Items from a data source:
Start of Block
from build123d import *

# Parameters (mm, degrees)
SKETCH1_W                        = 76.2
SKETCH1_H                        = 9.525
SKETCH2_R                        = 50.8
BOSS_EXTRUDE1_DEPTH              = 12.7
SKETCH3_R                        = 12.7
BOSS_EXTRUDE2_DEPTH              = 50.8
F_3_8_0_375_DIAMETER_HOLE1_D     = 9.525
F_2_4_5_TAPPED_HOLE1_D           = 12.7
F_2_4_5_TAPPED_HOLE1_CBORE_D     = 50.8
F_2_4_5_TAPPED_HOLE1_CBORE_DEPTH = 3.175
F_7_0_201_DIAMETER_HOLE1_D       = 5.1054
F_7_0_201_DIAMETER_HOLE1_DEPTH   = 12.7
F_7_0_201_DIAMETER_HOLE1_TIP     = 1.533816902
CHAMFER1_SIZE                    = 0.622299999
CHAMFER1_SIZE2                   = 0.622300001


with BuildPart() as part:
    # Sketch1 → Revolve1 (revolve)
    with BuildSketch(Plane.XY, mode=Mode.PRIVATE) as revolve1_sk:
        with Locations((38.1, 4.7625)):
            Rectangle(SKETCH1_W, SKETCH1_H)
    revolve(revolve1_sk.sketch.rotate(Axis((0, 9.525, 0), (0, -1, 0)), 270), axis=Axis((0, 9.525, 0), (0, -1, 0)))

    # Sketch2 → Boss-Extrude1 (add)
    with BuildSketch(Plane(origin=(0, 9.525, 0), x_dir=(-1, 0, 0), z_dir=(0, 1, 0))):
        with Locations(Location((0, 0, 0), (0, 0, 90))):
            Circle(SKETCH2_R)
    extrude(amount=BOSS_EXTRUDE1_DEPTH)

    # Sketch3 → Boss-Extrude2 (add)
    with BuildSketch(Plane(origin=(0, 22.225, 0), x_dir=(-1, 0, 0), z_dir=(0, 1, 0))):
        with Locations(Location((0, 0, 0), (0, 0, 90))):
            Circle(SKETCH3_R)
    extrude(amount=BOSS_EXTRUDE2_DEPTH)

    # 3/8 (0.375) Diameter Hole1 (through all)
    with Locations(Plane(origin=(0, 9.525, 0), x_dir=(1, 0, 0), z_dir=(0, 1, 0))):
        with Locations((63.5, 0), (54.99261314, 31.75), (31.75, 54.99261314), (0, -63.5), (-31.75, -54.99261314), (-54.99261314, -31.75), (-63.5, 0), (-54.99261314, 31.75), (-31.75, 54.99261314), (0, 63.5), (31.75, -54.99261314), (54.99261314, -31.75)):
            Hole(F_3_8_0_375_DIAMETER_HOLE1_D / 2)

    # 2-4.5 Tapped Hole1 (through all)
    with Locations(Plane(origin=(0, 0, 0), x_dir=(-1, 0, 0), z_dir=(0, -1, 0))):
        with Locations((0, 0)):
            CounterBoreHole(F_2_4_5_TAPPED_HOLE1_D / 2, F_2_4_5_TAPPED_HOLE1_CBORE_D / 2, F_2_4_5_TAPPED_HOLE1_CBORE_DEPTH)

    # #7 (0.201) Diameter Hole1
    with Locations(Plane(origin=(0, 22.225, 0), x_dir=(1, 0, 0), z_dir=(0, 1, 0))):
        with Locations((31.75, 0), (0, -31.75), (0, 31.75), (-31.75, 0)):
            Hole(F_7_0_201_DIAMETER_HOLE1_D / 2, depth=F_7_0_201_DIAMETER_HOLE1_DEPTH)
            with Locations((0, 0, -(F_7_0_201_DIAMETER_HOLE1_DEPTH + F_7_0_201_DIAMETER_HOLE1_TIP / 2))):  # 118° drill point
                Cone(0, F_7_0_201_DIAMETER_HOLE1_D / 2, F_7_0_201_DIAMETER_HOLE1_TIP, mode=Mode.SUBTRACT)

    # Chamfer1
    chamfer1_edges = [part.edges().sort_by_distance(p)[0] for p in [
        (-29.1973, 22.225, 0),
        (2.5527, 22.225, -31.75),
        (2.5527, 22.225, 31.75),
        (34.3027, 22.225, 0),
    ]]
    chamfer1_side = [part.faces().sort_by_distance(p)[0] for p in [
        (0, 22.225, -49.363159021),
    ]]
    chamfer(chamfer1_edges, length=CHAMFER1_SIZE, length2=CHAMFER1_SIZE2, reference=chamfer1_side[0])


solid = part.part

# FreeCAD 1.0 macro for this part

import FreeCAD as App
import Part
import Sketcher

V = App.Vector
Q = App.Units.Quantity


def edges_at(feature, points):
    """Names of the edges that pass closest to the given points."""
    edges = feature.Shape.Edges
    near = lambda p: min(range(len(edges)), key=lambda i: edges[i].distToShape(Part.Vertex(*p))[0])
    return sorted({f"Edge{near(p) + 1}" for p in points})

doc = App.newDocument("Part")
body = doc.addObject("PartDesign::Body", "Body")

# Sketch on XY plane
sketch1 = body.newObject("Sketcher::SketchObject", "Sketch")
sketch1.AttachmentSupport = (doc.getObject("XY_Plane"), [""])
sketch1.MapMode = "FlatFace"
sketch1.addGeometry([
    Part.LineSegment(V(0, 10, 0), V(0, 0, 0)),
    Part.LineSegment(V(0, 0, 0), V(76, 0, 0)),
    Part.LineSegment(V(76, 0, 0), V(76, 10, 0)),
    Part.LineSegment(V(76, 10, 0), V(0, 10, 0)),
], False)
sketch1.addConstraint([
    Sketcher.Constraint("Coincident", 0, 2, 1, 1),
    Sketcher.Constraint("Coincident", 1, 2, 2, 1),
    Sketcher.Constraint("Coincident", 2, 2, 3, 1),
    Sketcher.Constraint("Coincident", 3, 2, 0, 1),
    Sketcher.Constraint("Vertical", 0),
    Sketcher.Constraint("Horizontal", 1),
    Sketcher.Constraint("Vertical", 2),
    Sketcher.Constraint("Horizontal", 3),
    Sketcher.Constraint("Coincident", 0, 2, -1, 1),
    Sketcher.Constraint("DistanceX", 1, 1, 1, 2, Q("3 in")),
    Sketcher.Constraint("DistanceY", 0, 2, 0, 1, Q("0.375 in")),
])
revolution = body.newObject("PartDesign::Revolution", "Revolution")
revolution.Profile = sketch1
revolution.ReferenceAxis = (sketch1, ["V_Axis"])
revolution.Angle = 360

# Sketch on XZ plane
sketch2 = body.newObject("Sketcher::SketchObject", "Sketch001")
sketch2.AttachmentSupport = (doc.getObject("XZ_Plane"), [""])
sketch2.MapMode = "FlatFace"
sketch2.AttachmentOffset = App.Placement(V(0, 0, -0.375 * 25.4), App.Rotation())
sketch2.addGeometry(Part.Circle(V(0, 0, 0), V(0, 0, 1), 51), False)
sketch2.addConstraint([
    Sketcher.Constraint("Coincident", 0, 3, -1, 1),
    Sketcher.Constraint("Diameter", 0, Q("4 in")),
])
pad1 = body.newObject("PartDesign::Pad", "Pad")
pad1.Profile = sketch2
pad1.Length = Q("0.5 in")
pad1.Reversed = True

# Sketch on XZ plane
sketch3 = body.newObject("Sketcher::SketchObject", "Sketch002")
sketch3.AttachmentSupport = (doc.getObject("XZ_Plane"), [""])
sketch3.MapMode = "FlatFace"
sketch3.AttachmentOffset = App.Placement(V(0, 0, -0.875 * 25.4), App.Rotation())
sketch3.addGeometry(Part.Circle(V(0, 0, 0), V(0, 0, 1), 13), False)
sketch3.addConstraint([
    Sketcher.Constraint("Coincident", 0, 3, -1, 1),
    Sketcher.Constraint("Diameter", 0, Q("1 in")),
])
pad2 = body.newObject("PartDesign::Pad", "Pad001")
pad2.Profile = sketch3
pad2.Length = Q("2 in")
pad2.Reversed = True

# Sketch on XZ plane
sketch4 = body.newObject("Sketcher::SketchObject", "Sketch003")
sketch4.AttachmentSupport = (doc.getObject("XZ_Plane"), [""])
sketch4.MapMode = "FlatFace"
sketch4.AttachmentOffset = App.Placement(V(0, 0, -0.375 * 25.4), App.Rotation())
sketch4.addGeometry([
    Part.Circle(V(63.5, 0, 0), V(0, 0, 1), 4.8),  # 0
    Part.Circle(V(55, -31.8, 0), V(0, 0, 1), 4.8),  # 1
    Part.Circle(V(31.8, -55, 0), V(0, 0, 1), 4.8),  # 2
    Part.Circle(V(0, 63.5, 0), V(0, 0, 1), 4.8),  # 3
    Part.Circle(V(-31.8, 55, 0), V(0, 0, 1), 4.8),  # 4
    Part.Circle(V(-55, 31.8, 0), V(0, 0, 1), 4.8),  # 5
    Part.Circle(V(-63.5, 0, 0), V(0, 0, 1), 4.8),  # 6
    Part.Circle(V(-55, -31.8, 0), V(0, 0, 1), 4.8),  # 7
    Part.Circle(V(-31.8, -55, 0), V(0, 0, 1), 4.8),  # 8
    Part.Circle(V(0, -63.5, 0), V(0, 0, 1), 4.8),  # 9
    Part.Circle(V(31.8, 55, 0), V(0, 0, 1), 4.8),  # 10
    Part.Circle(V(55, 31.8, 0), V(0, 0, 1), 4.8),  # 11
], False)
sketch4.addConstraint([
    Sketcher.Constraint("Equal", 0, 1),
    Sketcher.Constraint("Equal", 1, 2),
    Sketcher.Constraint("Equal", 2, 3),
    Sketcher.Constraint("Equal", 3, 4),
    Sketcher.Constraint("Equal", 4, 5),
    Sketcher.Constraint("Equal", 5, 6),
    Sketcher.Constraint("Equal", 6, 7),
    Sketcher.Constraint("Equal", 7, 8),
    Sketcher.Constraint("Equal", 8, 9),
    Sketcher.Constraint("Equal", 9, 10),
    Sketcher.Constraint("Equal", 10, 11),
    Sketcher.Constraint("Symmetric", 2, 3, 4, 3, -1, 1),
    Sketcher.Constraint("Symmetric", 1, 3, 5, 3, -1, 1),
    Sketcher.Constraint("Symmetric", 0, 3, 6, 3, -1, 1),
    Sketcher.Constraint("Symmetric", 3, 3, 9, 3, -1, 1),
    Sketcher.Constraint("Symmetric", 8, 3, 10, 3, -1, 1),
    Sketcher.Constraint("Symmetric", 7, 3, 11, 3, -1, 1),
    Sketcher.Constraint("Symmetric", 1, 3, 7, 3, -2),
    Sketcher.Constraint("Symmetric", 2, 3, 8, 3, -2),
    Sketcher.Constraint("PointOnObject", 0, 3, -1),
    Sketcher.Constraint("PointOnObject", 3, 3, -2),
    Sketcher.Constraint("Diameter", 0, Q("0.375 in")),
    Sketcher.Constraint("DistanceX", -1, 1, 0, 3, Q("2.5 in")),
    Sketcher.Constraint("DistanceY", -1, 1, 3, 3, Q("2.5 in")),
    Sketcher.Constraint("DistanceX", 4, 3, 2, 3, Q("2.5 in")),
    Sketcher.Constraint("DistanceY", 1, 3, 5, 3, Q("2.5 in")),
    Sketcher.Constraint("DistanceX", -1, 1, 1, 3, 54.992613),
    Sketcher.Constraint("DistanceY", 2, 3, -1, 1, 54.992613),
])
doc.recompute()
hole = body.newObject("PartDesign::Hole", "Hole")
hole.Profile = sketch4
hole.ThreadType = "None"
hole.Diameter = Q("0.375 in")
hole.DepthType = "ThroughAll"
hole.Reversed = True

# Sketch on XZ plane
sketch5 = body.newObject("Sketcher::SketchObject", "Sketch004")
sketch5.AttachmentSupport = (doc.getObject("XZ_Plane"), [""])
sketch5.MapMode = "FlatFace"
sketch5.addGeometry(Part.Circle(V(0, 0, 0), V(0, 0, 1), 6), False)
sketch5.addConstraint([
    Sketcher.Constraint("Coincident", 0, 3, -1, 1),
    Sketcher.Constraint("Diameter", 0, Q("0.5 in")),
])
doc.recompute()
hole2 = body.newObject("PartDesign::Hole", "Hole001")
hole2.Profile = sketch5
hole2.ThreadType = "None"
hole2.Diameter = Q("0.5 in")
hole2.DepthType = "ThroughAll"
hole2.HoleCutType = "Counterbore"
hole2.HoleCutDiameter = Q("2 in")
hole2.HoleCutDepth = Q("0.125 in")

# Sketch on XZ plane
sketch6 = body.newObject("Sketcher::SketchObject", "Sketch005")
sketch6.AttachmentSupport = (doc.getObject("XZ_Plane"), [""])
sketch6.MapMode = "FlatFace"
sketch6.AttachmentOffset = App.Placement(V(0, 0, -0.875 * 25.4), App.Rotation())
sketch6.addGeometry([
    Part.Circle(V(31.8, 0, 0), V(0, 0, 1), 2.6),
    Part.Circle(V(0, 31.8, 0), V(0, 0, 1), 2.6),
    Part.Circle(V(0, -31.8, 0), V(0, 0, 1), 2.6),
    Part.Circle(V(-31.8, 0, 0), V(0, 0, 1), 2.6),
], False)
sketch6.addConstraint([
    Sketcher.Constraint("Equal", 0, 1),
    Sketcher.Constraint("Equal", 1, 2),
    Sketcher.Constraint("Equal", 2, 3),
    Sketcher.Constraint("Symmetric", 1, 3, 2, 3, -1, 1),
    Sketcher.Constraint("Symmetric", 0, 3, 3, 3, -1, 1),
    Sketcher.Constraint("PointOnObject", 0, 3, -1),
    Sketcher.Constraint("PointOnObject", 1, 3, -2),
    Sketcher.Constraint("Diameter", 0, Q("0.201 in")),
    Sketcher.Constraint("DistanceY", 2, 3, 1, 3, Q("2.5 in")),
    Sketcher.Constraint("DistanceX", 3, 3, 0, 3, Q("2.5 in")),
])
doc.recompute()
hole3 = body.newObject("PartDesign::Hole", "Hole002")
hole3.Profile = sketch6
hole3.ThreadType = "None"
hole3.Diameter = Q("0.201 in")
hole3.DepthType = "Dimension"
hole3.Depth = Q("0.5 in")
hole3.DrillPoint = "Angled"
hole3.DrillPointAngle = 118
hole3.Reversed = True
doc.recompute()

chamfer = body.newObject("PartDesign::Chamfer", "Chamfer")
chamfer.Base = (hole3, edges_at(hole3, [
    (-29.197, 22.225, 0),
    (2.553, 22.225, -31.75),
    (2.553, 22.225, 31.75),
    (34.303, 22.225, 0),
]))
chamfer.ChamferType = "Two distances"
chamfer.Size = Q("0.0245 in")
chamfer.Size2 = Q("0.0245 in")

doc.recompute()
End of Block
## What the exercise asks
Give the exact lines, and only those, from the line containing "with Locations((0, 0, -(F_7_0_201_DIAMETER_HOLE1_DEPTH" through the line containing "# FreeCAD 1.0 macro for this part" in the entries above.

## Answer space
            with Locations((0, 0, -(F_7_0_201_DIAMETER_HOLE1_DEPTH + F_7_0_201_DIAMETER_HOLE1_TIP / 2))):  # 118° drill point
                Cone(0, F_7_0_201_DIAMETER_HOLE1_D / 2, F_7_0_201_DIAMETER_HOLE1_TIP, mode=Mode.SUBTRACT)

    # Chamfer1
    chamfer1_edges = [part.edges().sort_by_distance(p)[0] for p in [
        (-29.1973, 22.225, 0),
        (2.5527, 22.225, -31.75),
        (2.5527, 22.225, 31.75),
        (34.3027, 22.225, 0),
    ]]
    chamfer1_side = [part.faces().sort_by_distance(p)[0] for p in [
        (0, 22.225, -49.363159021),
    ]]
    chamfer(chamfer1_edges, length=CHAMFER1_SIZE, length2=CHAMFER1_SIZE2, reference=chamfer1_side[0])


solid = part.part

# FreeCAD 1.0 macro for this part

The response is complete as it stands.